È caduto il governo romeno
Il primo ministro è stato sfiduciato dal suo stesso partito, secondo lui perché il capo (quello che applaude nella foto) vuole qualcuno di più fedele
Il governo rumeno è caduto mercoledì, dopo aver perso un voto di fiducia del Parlamento grazie ai voti contrari degli stessi membri del partito del primo ministro Sorin Grindeanu, che è quindi stato estromesso. Da giorni gli stessi membri del partito di Grindeanu, il Partito social democratico (PSD), avevano ritirato il loro appoggio al governo su indicazione del leader del partito Liviu Dragnea: Grindeanu era accusato di non aver saputo attuare le riforme economiche promesse prima delle ultime elezioni, vinte dal PSD lo scorso dicembre. A sua volta, però, Grindeanu ha smentito questa ricostruzione: sostiene che Dragnea voglia soltanto sostituirlo con una figura più fedele.

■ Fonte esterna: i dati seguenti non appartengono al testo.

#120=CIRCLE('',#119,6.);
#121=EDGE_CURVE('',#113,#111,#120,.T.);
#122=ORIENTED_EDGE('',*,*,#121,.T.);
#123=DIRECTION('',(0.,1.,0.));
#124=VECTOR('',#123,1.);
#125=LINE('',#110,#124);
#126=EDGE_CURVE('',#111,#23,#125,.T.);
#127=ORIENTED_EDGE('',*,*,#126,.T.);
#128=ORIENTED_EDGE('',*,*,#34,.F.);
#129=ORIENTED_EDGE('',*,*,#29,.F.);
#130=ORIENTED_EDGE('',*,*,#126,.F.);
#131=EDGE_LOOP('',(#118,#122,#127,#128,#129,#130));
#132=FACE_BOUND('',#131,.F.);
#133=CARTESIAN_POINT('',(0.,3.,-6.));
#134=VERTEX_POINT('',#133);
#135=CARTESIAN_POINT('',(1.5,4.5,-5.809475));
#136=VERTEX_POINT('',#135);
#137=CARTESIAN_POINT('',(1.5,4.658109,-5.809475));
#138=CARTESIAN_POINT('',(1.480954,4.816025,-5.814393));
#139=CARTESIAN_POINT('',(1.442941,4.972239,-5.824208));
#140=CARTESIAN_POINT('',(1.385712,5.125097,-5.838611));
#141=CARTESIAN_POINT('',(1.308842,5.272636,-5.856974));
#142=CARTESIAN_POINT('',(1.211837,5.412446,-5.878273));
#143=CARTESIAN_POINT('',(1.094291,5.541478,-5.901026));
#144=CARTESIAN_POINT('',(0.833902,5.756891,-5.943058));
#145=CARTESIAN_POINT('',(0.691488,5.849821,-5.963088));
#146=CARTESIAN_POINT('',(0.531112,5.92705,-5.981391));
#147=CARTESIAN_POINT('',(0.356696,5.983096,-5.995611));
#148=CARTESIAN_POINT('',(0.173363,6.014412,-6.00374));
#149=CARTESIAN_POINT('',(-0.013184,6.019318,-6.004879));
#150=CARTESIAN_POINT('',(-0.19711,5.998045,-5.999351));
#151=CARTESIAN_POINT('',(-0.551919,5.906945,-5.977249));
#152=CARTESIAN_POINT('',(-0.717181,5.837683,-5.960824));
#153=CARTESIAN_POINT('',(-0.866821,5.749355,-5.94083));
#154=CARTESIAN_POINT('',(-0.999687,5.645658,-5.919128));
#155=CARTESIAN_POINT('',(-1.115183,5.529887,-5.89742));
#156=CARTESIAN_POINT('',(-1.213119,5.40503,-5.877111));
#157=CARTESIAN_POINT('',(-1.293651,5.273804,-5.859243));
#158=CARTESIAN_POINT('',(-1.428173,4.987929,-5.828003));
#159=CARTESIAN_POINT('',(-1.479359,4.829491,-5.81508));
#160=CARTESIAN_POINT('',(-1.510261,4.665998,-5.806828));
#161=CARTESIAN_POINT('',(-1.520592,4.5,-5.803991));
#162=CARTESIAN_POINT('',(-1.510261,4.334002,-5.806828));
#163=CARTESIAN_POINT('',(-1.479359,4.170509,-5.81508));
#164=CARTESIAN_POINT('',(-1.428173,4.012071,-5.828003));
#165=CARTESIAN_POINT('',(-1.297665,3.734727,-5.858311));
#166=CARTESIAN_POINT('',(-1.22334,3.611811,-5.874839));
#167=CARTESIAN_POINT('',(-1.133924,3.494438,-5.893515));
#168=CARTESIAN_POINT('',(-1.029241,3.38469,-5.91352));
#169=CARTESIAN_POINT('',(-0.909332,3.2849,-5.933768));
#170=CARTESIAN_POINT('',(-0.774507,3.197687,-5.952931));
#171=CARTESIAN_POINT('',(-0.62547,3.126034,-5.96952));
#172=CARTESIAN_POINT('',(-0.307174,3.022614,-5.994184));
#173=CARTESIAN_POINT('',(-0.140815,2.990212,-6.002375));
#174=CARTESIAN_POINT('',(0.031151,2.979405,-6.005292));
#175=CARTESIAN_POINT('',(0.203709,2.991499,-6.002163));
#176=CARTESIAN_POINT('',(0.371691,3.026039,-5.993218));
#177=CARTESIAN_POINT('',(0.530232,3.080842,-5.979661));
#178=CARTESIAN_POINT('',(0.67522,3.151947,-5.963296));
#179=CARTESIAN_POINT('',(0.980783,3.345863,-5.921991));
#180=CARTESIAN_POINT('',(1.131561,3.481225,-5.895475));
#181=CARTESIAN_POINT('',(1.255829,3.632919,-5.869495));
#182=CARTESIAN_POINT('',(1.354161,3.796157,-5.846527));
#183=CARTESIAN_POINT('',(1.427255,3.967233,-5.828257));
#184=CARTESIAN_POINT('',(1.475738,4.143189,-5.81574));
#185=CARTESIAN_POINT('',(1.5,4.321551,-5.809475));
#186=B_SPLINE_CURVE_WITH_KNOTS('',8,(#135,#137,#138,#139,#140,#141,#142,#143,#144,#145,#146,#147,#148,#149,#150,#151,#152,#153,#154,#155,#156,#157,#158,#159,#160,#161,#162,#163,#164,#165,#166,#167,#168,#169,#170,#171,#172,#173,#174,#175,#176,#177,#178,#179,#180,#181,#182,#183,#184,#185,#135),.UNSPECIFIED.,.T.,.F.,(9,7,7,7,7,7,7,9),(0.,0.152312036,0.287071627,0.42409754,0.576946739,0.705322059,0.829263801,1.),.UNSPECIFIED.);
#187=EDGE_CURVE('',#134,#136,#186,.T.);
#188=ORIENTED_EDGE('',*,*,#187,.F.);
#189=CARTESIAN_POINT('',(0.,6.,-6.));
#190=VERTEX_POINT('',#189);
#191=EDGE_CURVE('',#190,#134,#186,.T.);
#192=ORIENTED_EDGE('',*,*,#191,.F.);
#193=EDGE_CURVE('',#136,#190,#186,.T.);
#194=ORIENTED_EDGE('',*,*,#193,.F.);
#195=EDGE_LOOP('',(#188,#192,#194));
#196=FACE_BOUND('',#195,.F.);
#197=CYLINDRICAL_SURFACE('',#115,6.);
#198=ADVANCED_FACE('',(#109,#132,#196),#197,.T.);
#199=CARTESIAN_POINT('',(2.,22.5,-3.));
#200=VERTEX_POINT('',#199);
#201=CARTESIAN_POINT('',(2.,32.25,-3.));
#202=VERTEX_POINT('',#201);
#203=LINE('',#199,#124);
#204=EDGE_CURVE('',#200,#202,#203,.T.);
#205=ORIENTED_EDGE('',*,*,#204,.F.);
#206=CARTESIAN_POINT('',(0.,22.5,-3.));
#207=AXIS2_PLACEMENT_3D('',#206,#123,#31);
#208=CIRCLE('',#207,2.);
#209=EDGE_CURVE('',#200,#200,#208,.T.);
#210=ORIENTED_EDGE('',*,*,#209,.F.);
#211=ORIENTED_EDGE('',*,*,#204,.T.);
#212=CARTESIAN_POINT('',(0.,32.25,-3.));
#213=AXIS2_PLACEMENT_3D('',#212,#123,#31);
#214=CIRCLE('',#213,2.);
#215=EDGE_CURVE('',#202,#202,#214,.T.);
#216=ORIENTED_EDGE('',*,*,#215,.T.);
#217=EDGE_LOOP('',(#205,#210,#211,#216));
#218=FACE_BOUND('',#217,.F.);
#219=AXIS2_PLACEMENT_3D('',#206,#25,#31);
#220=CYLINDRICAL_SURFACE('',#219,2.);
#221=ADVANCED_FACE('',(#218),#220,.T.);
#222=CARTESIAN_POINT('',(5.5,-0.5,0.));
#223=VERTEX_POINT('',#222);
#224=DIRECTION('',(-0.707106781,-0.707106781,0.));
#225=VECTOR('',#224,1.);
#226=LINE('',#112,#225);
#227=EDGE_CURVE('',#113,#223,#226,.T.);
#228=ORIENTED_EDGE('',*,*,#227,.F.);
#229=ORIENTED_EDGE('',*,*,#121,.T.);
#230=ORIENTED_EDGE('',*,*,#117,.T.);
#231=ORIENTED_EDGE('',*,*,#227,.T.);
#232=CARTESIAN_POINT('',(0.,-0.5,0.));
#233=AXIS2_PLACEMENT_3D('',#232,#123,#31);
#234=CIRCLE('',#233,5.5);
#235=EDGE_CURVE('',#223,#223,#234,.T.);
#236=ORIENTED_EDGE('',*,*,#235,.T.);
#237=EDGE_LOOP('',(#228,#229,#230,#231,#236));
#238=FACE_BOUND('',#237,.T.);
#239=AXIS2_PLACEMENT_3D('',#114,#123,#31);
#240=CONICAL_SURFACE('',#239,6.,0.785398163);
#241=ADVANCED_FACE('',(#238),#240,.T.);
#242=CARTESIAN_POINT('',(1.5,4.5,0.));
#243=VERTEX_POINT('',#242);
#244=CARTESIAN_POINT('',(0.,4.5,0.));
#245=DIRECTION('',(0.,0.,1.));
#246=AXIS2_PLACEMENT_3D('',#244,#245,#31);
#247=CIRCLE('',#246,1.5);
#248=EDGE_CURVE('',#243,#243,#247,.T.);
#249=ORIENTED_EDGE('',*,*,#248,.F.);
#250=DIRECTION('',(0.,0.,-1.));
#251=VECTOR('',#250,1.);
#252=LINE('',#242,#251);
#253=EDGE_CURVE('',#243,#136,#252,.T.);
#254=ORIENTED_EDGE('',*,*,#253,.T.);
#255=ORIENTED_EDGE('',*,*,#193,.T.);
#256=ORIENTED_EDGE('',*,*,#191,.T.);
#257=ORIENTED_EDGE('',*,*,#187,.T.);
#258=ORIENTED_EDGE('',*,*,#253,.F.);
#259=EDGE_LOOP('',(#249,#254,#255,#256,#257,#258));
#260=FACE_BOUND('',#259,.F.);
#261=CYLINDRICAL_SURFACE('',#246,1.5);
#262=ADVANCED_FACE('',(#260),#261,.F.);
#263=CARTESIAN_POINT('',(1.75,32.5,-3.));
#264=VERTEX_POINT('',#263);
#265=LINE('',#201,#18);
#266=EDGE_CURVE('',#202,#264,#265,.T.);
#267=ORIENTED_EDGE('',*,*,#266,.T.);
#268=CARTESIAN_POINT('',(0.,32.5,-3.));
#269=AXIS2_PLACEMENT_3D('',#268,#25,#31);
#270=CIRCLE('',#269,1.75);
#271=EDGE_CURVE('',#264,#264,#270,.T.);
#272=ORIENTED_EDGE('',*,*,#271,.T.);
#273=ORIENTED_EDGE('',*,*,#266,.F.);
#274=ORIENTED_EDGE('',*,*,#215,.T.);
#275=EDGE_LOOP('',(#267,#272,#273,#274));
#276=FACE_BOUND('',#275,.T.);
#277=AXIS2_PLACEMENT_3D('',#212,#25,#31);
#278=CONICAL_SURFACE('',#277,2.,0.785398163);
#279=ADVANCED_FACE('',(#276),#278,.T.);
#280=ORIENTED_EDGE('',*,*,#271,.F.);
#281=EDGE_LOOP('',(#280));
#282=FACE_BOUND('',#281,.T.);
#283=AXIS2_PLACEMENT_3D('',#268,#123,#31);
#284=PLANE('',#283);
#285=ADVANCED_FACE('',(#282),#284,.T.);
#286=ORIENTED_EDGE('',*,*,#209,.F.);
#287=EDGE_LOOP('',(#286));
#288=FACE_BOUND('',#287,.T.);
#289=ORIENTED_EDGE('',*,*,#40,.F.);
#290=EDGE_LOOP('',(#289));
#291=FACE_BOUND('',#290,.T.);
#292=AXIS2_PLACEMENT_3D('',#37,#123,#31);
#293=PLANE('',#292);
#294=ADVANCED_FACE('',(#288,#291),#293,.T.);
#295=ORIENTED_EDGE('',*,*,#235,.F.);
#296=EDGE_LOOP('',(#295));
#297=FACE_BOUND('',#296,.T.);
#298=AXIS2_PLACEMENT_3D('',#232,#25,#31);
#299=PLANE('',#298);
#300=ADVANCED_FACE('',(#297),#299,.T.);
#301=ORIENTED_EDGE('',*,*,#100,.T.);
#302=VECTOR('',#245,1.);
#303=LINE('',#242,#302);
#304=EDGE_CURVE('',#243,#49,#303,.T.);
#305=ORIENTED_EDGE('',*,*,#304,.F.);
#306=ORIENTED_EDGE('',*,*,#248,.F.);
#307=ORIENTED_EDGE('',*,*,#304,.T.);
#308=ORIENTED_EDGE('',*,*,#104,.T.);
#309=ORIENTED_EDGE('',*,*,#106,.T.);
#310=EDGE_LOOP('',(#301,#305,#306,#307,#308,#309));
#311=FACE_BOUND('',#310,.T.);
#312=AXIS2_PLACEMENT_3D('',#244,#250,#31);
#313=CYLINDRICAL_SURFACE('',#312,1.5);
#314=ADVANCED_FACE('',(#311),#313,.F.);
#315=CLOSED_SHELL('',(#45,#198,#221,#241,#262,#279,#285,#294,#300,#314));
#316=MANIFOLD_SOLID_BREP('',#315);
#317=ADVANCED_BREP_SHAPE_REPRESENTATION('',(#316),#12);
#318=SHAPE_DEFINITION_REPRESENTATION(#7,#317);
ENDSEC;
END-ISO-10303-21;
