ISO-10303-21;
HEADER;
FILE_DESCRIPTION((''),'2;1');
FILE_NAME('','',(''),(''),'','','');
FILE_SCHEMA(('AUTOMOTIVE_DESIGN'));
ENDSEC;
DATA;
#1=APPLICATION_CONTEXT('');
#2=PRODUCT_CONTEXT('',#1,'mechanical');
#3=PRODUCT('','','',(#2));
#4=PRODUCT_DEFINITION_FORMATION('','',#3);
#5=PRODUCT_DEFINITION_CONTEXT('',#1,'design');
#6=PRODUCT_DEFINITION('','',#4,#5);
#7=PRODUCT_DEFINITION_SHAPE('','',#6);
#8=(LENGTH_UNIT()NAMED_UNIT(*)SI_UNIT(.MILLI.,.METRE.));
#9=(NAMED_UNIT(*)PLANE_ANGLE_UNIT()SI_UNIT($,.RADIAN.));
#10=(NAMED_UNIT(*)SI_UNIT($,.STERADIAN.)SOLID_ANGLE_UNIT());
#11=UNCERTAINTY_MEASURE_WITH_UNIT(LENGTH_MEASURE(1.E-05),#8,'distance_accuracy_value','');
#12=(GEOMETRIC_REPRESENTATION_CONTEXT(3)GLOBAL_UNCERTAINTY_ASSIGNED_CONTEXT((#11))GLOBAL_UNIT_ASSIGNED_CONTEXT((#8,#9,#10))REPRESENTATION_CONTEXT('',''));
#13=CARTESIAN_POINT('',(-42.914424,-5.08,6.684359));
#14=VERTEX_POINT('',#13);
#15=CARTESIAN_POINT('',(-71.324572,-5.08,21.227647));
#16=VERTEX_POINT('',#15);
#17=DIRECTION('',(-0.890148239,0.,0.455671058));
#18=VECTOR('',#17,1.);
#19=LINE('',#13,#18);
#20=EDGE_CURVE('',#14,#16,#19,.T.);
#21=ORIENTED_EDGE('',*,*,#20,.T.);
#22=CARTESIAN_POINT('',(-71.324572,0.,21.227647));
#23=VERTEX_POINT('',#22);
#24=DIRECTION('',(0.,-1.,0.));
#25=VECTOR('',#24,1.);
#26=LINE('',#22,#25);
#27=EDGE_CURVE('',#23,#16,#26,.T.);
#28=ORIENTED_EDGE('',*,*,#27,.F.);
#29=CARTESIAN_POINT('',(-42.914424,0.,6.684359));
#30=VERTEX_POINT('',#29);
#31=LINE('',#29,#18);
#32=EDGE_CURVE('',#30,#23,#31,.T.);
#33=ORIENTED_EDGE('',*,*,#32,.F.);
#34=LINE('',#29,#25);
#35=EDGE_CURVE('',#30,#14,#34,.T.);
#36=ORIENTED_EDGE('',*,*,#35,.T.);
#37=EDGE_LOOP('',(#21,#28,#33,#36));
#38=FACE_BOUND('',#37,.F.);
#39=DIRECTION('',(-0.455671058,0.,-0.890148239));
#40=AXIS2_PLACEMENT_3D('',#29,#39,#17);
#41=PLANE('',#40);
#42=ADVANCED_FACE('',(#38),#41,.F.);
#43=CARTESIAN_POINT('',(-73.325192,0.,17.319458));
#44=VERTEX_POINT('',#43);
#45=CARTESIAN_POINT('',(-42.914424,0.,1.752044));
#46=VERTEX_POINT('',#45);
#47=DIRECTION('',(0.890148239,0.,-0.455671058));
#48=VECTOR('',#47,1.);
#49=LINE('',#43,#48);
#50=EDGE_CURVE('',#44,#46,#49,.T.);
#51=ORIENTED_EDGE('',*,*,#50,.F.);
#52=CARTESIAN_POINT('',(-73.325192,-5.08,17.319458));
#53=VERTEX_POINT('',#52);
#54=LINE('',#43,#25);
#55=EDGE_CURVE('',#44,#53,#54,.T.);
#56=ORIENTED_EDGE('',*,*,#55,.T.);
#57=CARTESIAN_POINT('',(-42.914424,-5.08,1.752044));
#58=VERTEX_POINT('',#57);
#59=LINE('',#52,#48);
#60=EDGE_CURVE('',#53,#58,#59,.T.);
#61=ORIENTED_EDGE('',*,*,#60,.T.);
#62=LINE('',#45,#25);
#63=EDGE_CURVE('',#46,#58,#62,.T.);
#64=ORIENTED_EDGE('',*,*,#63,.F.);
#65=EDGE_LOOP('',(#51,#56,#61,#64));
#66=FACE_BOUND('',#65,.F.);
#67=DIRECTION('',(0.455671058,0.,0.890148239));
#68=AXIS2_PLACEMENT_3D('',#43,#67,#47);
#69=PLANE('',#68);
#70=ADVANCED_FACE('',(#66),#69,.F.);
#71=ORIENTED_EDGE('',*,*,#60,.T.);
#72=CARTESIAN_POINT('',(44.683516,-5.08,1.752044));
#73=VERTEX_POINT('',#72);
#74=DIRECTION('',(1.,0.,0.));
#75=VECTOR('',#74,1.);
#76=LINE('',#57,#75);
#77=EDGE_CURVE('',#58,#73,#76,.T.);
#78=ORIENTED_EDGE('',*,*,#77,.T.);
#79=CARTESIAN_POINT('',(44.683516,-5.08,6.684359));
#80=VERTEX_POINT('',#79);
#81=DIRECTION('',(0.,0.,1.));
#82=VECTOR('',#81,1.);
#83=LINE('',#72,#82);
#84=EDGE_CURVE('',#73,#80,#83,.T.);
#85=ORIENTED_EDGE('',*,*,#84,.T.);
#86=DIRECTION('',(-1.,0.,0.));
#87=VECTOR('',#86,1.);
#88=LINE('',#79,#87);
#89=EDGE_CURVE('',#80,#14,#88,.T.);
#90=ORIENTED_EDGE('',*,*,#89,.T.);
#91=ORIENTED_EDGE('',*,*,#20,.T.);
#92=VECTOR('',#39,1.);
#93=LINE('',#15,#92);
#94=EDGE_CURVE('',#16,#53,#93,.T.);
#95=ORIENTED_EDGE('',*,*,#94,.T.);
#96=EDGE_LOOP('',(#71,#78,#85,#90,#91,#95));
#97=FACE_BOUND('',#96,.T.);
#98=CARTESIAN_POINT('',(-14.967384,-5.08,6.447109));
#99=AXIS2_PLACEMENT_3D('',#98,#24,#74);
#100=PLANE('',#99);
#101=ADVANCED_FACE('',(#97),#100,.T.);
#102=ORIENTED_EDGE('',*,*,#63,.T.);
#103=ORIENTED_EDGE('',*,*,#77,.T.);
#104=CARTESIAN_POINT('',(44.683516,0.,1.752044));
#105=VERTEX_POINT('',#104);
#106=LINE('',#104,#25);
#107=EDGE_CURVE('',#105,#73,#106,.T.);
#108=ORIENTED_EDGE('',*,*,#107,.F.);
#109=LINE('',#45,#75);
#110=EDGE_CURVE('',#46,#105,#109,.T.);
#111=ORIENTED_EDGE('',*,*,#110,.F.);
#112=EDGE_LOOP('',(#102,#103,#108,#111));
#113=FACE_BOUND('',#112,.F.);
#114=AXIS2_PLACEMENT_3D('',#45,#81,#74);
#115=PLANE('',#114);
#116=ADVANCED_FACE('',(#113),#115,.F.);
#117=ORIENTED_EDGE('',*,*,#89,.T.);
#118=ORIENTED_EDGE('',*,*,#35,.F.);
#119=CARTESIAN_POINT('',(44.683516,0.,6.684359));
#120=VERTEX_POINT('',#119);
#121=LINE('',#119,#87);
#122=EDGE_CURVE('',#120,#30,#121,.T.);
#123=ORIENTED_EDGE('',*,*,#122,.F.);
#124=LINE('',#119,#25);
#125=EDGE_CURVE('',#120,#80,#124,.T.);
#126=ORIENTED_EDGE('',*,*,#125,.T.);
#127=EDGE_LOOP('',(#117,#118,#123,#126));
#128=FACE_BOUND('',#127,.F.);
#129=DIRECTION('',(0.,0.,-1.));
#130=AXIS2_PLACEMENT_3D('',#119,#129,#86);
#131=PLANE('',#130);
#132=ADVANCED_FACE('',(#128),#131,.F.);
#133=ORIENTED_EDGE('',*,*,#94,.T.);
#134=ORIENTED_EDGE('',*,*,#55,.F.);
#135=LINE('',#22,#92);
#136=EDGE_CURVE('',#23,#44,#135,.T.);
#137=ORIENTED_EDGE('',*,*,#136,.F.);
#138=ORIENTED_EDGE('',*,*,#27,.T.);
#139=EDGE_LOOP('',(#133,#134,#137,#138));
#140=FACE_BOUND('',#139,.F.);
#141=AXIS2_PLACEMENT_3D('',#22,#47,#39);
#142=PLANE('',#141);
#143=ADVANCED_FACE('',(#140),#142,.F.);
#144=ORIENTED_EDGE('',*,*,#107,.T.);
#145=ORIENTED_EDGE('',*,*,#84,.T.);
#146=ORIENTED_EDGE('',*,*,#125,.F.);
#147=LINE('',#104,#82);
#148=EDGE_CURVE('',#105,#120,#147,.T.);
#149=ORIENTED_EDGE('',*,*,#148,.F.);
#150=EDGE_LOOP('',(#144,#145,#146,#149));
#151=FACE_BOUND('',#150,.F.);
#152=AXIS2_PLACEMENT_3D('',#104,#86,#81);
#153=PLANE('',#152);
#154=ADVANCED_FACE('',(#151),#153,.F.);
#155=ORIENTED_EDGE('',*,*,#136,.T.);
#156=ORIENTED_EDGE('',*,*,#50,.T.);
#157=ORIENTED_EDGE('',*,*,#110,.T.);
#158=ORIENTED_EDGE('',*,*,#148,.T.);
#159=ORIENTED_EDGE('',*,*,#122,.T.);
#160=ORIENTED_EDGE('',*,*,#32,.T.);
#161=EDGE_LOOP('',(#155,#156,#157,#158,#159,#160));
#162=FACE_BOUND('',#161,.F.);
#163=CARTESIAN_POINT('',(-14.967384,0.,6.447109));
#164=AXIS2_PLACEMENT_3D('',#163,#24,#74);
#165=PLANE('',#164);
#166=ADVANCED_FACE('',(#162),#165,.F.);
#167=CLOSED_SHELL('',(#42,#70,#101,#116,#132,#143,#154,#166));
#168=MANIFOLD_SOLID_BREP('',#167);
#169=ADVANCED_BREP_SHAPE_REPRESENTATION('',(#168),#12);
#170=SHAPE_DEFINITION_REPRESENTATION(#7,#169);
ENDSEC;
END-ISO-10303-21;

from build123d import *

# Parameters (mm, degrees)
F1_DEPTH = 5.08
F4_DEPTH = 5.08


with BuildPart() as f1:
    # F0 (on Front) → F1 (new body)
    with BuildSketch(Plane.XZ):
        Polygon((47.7003678679, -8.732332848), (46.3905222714, -5.2393996157), (-41.3694269955, -5.2393996157), (-79.3550759554, 16.3731239736), (-81.8319656057, 12.019802605), (-41.3694269955, -8.732332848), align=None)
    extrude(amount=F1_DEPTH)


with BuildPart() as f4:
    # F3 (on Front) → F4 (new body)
    with BuildSketch(Plane.XZ):
        Polygon((44.6835160255, 1.7520437361), (44.6835160255, 6.6843586974), (-42.9144240916, 6.6843586974), (-71.3245719671, 21.2276466191), (-73.3251918619, 17.3194583635), (-42.9144240916, 1.7520437361), align=None)
    extrude(amount=F4_DEPTH)


solid = f4.part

La mozione di sfiducia è passata con 241 voti contro 10. Dopo il ritiro del sostegno del PSD, Grindeanu aveva rifiutato di dimettersi, dando inizio a una crisi politica, pochi mesi dopo quella iniziata lo scorso inverno con le proteste di piazza contro una legge che avrebbe ridotto le pene per il reato di corruzione. Ora ha detto che rimarrà al governo finché non ne sarà formato uno nuovo: le consultazioni tra il PSD e il presidente della Romania Klaus Iohannis, che deve approvare la nomina, cominceranno lunedì.
Lo scontro tra Grindeanu e il suo leader di partito Dragnea è arrivato a sorpresa, visto che fino a poco tempo fa i due erano considerati stretti alleati. Grindeanu è stato scelto personalmente da Dragnea, dopo che il presidente Iohannis non aveva approvato la nomina di Sevil Shhaideh, che sarebbe stata la prima donna e la prima persona musulmana. Dragnea non può ricoprire la carica di primo ministro a causa di una condanna ricevuta per dei brogli durante un referendum del 2012: aveva comunque scelto anche tutti i componenti dell’attuale governo e aveva avuto una parte importante nella stesura del programma. Dopo l’insediamento del governo, Dragnea disse che avrebbe vigilato con attenzione sulla sua attuazione e poco dopo aveva accusato Grindeanu di aver fallito nell’attuare le riforme promesse e nel migliorare le relazioni con la Russia, uno dei punti del programma. Grindeanu si era difeso dicendo che le riforme non erano previste prima del 2018, e ricordando che la Romania è membro dell’Unione Europea, e quindi non può non adeguarsi alle sanzioni contro la Russia, decise da tutti i governi dell’Unione.